■ What you will do ■
Where the line with "#110=ORIENTED_EDGE('',*,*,#109,.F.);" appears below, start writing out lines exactly, and finish with the line with "#147=CARTESIAN_POINT('',(10.,-4.,0.));", which is included; write out nothing else.

********************

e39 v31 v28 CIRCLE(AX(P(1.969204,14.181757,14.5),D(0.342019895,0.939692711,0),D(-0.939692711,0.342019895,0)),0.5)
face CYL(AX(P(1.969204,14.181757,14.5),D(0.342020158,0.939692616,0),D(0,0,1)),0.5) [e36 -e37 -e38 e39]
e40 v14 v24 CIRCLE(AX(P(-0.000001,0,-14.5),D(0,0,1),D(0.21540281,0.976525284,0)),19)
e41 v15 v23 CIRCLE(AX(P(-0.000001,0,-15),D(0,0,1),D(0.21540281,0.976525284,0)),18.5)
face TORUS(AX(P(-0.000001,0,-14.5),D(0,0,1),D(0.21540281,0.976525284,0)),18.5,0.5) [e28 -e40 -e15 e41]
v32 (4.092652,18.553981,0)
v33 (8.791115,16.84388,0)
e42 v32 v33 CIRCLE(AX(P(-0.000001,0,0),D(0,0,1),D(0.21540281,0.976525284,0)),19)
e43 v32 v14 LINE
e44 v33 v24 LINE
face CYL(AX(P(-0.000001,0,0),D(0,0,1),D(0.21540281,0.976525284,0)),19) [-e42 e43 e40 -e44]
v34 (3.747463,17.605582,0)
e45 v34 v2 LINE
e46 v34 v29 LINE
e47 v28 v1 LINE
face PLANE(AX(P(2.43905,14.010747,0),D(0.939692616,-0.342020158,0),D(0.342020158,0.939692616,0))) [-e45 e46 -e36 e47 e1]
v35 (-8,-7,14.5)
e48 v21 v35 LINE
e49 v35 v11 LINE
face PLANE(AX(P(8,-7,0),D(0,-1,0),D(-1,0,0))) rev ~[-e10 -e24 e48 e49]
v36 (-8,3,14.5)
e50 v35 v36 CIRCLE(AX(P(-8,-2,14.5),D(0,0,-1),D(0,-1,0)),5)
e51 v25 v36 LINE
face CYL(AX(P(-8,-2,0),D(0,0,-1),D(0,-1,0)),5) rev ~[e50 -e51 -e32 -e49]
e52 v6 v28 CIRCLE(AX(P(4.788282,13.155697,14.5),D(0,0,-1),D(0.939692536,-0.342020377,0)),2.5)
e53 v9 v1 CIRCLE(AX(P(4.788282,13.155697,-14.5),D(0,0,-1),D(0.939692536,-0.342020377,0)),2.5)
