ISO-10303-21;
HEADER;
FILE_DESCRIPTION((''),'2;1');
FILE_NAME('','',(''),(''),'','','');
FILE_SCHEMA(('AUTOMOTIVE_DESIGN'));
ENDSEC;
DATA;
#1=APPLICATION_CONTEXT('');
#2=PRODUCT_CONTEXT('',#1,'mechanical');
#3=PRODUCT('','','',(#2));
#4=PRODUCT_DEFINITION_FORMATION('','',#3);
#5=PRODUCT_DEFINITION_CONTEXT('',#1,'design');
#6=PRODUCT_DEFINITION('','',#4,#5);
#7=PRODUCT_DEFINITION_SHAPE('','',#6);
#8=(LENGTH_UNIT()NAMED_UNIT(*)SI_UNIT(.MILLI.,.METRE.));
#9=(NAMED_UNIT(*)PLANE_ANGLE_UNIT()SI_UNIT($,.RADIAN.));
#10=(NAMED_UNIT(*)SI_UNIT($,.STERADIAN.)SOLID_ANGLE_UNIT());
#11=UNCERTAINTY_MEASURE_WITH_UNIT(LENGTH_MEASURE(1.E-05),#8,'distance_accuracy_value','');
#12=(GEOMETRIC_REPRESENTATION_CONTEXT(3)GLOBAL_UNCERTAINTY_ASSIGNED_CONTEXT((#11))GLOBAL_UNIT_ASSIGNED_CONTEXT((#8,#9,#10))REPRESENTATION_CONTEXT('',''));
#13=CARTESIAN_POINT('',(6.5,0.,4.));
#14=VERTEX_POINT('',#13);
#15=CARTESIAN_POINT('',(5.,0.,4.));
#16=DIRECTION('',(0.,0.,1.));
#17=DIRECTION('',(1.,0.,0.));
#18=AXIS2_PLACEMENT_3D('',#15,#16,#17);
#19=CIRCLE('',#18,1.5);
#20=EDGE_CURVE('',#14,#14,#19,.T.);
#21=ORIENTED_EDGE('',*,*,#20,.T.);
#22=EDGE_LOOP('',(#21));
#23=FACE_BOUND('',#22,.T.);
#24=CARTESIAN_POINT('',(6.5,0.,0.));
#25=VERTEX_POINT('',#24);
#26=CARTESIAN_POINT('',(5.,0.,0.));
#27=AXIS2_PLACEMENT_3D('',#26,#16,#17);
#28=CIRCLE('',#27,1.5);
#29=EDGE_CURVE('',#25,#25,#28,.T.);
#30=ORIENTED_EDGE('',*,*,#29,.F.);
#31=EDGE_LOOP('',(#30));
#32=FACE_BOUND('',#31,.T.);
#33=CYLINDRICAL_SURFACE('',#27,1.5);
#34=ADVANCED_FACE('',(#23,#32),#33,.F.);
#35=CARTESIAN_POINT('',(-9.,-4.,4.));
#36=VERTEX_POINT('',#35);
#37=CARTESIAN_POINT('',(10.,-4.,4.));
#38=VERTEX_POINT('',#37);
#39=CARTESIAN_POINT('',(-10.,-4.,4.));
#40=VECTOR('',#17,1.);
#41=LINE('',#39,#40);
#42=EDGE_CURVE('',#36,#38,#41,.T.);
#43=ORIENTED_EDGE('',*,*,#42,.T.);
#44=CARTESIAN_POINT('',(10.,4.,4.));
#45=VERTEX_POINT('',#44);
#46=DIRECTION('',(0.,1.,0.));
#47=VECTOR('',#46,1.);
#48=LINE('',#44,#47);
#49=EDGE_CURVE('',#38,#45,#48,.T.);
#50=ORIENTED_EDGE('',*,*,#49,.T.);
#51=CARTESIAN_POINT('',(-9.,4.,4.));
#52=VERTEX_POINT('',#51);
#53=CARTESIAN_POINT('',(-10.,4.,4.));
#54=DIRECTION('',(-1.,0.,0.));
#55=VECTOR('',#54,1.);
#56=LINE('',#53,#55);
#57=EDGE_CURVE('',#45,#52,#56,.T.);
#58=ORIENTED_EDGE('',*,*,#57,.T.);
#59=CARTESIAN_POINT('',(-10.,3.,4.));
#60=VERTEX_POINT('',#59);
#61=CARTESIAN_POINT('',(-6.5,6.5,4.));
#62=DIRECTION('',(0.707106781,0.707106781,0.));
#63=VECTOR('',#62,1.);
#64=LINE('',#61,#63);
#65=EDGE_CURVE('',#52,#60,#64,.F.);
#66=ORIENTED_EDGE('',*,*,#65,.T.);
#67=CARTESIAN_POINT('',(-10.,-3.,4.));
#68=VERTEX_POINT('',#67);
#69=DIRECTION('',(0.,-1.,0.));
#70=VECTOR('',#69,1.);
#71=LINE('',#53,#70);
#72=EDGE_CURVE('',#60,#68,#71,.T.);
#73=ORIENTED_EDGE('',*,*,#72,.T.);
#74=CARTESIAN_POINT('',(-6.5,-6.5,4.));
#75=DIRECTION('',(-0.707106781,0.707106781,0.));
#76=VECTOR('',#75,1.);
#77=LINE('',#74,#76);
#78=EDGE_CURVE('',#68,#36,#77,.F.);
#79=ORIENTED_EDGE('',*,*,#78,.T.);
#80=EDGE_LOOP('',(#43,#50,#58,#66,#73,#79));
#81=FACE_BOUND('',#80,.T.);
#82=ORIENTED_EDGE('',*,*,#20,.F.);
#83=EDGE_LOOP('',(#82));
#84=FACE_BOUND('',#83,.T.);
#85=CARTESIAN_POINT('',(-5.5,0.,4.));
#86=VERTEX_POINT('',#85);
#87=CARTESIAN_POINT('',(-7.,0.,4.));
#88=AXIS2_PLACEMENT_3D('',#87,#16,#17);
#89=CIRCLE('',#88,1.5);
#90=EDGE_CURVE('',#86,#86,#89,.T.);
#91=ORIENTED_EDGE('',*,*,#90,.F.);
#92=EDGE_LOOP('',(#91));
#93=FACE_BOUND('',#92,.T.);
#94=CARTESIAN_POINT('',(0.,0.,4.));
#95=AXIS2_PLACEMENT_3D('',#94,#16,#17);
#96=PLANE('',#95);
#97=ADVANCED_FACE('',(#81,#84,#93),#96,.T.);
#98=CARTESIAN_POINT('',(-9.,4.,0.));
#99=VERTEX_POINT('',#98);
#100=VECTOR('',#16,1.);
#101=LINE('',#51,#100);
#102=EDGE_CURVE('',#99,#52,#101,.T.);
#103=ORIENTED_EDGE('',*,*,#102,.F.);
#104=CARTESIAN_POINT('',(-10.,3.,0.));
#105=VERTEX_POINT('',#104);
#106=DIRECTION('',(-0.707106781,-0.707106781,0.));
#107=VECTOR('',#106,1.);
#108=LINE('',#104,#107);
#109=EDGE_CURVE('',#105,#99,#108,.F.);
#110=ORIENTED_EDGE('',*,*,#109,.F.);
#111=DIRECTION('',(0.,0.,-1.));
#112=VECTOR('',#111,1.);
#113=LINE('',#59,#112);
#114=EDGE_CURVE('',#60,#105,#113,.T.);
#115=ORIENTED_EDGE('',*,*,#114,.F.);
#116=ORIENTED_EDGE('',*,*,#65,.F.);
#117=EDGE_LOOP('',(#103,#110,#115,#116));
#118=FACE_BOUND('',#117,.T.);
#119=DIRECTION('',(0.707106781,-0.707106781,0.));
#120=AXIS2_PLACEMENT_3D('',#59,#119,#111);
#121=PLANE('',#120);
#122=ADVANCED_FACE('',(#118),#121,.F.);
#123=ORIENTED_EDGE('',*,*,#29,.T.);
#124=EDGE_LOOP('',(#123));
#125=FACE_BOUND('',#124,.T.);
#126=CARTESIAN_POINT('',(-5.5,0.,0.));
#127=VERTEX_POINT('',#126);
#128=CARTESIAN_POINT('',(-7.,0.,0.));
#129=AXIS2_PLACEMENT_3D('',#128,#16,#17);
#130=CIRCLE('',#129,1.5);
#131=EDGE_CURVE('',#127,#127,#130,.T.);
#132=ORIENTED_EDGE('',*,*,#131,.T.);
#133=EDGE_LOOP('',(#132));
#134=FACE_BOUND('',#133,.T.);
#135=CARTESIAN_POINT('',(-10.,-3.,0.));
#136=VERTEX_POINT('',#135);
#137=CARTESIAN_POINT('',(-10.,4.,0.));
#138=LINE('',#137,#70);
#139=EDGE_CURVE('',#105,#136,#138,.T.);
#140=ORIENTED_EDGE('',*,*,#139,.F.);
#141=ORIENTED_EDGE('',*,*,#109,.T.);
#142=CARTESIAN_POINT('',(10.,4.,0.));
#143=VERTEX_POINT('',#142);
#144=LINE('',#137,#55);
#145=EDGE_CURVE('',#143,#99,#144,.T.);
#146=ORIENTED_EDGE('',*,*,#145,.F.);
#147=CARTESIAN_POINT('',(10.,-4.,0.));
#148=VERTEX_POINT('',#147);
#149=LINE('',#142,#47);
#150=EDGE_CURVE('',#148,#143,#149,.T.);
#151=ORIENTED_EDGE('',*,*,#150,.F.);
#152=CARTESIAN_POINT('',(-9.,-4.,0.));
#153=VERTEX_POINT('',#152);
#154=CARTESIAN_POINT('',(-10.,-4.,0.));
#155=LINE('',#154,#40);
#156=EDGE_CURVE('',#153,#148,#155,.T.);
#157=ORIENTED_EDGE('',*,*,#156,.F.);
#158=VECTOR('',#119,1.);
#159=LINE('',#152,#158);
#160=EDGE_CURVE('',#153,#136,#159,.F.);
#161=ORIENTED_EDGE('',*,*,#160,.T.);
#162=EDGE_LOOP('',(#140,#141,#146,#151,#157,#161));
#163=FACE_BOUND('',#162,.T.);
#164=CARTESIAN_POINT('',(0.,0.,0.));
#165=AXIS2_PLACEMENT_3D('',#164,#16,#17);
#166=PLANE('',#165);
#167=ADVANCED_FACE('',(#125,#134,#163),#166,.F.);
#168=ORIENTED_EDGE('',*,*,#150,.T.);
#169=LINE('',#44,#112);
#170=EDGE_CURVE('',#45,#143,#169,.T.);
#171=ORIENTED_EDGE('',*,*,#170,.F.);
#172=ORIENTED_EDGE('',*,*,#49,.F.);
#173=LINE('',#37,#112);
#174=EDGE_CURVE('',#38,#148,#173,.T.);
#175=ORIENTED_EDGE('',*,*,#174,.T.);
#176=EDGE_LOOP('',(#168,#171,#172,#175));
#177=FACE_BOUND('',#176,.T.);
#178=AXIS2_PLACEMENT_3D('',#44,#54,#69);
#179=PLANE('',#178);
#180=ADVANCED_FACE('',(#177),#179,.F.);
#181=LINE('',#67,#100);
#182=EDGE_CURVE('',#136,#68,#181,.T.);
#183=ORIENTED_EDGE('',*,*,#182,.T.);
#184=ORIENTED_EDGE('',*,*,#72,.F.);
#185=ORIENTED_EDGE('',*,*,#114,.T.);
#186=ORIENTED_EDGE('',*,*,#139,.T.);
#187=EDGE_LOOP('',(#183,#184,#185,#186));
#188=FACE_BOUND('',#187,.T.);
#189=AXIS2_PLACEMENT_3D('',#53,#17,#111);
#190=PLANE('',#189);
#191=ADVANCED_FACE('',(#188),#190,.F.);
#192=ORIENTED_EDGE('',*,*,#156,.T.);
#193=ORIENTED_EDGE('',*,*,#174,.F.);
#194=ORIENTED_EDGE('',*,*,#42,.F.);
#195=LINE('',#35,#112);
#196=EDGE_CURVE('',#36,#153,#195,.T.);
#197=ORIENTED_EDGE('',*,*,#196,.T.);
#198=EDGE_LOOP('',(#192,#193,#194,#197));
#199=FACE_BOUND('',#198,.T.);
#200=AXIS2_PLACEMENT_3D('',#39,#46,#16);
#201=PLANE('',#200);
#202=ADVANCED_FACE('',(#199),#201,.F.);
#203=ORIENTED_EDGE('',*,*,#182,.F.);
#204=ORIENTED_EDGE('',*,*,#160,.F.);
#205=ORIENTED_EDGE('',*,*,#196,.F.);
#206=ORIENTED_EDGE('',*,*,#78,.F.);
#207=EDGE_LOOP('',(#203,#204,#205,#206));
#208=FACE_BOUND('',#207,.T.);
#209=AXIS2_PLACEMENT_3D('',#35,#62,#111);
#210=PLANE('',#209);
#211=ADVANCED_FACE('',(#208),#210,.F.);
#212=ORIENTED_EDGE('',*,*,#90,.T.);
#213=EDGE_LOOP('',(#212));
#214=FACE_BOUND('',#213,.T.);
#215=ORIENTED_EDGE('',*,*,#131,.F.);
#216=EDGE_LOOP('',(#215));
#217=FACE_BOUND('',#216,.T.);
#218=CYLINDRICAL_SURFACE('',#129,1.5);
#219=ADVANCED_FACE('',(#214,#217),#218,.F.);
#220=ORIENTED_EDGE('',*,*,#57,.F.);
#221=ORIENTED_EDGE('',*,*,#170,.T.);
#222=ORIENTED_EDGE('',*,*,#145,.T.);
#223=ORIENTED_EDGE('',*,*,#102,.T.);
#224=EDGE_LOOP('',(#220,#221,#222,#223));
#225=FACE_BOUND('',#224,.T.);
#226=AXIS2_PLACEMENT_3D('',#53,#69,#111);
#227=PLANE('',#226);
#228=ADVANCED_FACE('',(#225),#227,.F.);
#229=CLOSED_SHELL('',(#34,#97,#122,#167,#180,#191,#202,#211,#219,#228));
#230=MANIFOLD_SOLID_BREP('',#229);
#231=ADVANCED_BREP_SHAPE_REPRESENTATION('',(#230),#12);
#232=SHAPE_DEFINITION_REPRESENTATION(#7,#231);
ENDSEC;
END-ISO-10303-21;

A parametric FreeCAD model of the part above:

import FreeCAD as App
import Part
import Sketcher
from FreeCAD import Vector


def edges_at(feature, points):
    """Names of the edges that pass closest to the given points."""
    edges = feature.Shape.Edges
    near = lambda p: min(range(len(edges)), key=lambda i: edges[i].distToShape(Part.Vertex(*p))[0])
    return sorted({f"Edge{near(p) + 1}" for p in points})


def add_polygon(sketch, points):
    """Adds a closed chain of lines whose ends are joined by coincident constraints."""
    first, n = sketch.GeometryCount, len(points)
    for a, b in zip(points, points[1:] + points[:1]):
        sketch.addGeometry(Part.LineSegment(App.Vector(*a, 0), App.Vector(*b, 0)), False)
    for i in range(n):
        sketch.addConstraint(Sketcher.Constraint("Coincident", first + i, 2, first + (i + 1) % n, 1))

doc = App.newDocument("Part")
body = doc.addObject("PartDesign::Body", "Body")

sketch1 = body.newObject("Sketcher::SketchObject", "Sketch")
sketch1.AttachmentSupport = (doc.getObject("XY_Plane"), [""])
sketch1.MapMode = "FlatFace"
add_polygon(sketch1, [(-10, 4), (-10, -4), (10, -4), (10, 4)])
sketch1.addConstraint(Sketcher.Constraint("Vertical", 0))
sketch1.addConstraint(Sketcher.Constraint("Horizontal", 1))
sketch1.addConstraint(Sketcher.Constraint("Vertical", 2))
sketch1.addConstraint(Sketcher.Constraint("Horizontal", 3))
sketch1.addConstraint(Sketcher.Constraint("Symmetric", 0, 2, 2, 2, -1, 1))
sketch1.addConstraint(Sketcher.Constraint("DistanceX", 1, 1, 1, 2, 20.0))
sketch1.addConstraint(Sketcher.Constraint("DistanceY", 0, 2, 0, 1, 8.0))
pad1 = body.newObject("PartDesign::Pad", "Pad")
pad1.Profile = sketch1
pad1.Length = 4
doc.recompute()

chamfer = body.newObject("PartDesign::Chamfer", "Chamfer")
chamfer.Base = (pad1, edges_at(pad1, [(-10, -4, 2), (-10, 4, 2)]))
chamfer.Size = 1

sketch2 = body.newObject("Sketcher::SketchObject", "Sketch001")
sketch2.AttachmentSupport = (doc.getObject("XY_Plane"), [""])
sketch2.MapMode = "FlatFace"
sketch2.AttachmentOffset = App.Placement(Vector(0, 0, 4), App.Rotation())
sketch2.addGeometry(Part.Circle(Vector(-7, 0, 0), Vector(0, 0, 1), 1.5), False)
sketch2.addGeometry(Part.Circle(Vector(5, 0, 0), Vector(0, 0, 1), 1.5), False)
sketch2.addConstraint(Sketcher.Constraint("Equal", 0, 1))
sketch2.addConstraint(Sketcher.Constraint("PointOnObject", 0, 3, -1))
sketch2.addConstraint(Sketcher.Constraint("PointOnObject", 1, 3, -1))
sketch2.addConstraint(Sketcher.Constraint("Diameter", 0, 3.0))
sketch2.addConstraint(Sketcher.Constraint("DistanceX", 0, 3, -1, 1, 7.0))
sketch2.addConstraint(Sketcher.Constraint("DistanceX", -1, 1, 1, 3, 5.0))
pocket1 = body.newObject("PartDesign::Pocket", "Pocket")
pocket1.Profile = sketch2
pocket1.Length = 4

doc.recompute()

********************

■ Written answer ■
#110=ORIENTED_EDGE('',*,*,#109,.F.);
#111=DIRECTION('',(0.,0.,-1.));
#112=VECTOR('',#111,1.);
#113=LINE('',#59,#112);
#114=EDGE_CURVE('',#60,#105,#113,.T.);
#115=ORIENTED_EDGE('',*,*,#114,.F.);
#116=ORIENTED_EDGE('',*,*,#65,.F.);
#117=EDGE_LOOP('',(#103,#110,#115,#116));
#118=FACE_BOUND('',#117,.T.);
#119=DIRECTION('',(0.707106781,-0.707106781,0.));
#120=AXIS2_PLACEMENT_3D('',#59,#119,#111);
#121=PLANE('',#120);
#122=ADVANCED_FACE('',(#118),#121,.F.);
#123=ORIENTED_EDGE('',*,*,#29,.T.);
#124=EDGE_LOOP('',(#123));
#125=FACE_BOUND('',#124,.T.);
#126=CARTESIAN_POINT('',(-5.5,0.,0.));
#127=VERTEX_POINT('',#126);
#128=CARTESIAN_POINT('',(-7.,0.,0.));
#129=AXIS2_PLACEMENT_3D('',#128,#16,#17);
#130=CIRCLE('',#129,1.5);
#131=EDGE_CURVE('',#127,#127,#130,.T.);
#132=ORIENTED_EDGE('',*,*,#131,.T.);
#133=EDGE_LOOP('',(#132));
#134=FACE_BOUND('',#133,.T.);
#135=CARTESIAN_POINT('',(-10.,-3.,0.));
#136=VERTEX_POINT('',#135);
#137=CARTESIAN_POINT('',(-10.,4.,0.));
#138=LINE('',#137,#70);
#139=EDGE_CURVE('',#105,#136,#138,.T.);
#140=ORIENTED_EDGE('',*,*,#139,.F.);
#141=ORIENTED_EDGE('',*,*,#109,.T.);
#142=CARTESIAN_POINT('',(10.,4.,0.));
#143=VERTEX_POINT('',#142);
#144=LINE('',#137,#55);
#145=EDGE_CURVE('',#143,#99,#144,.T.);
#146=ORIENTED_EDGE('',*,*,#145,.F.);
#147=CARTESIAN_POINT('',(10.,-4.,0.));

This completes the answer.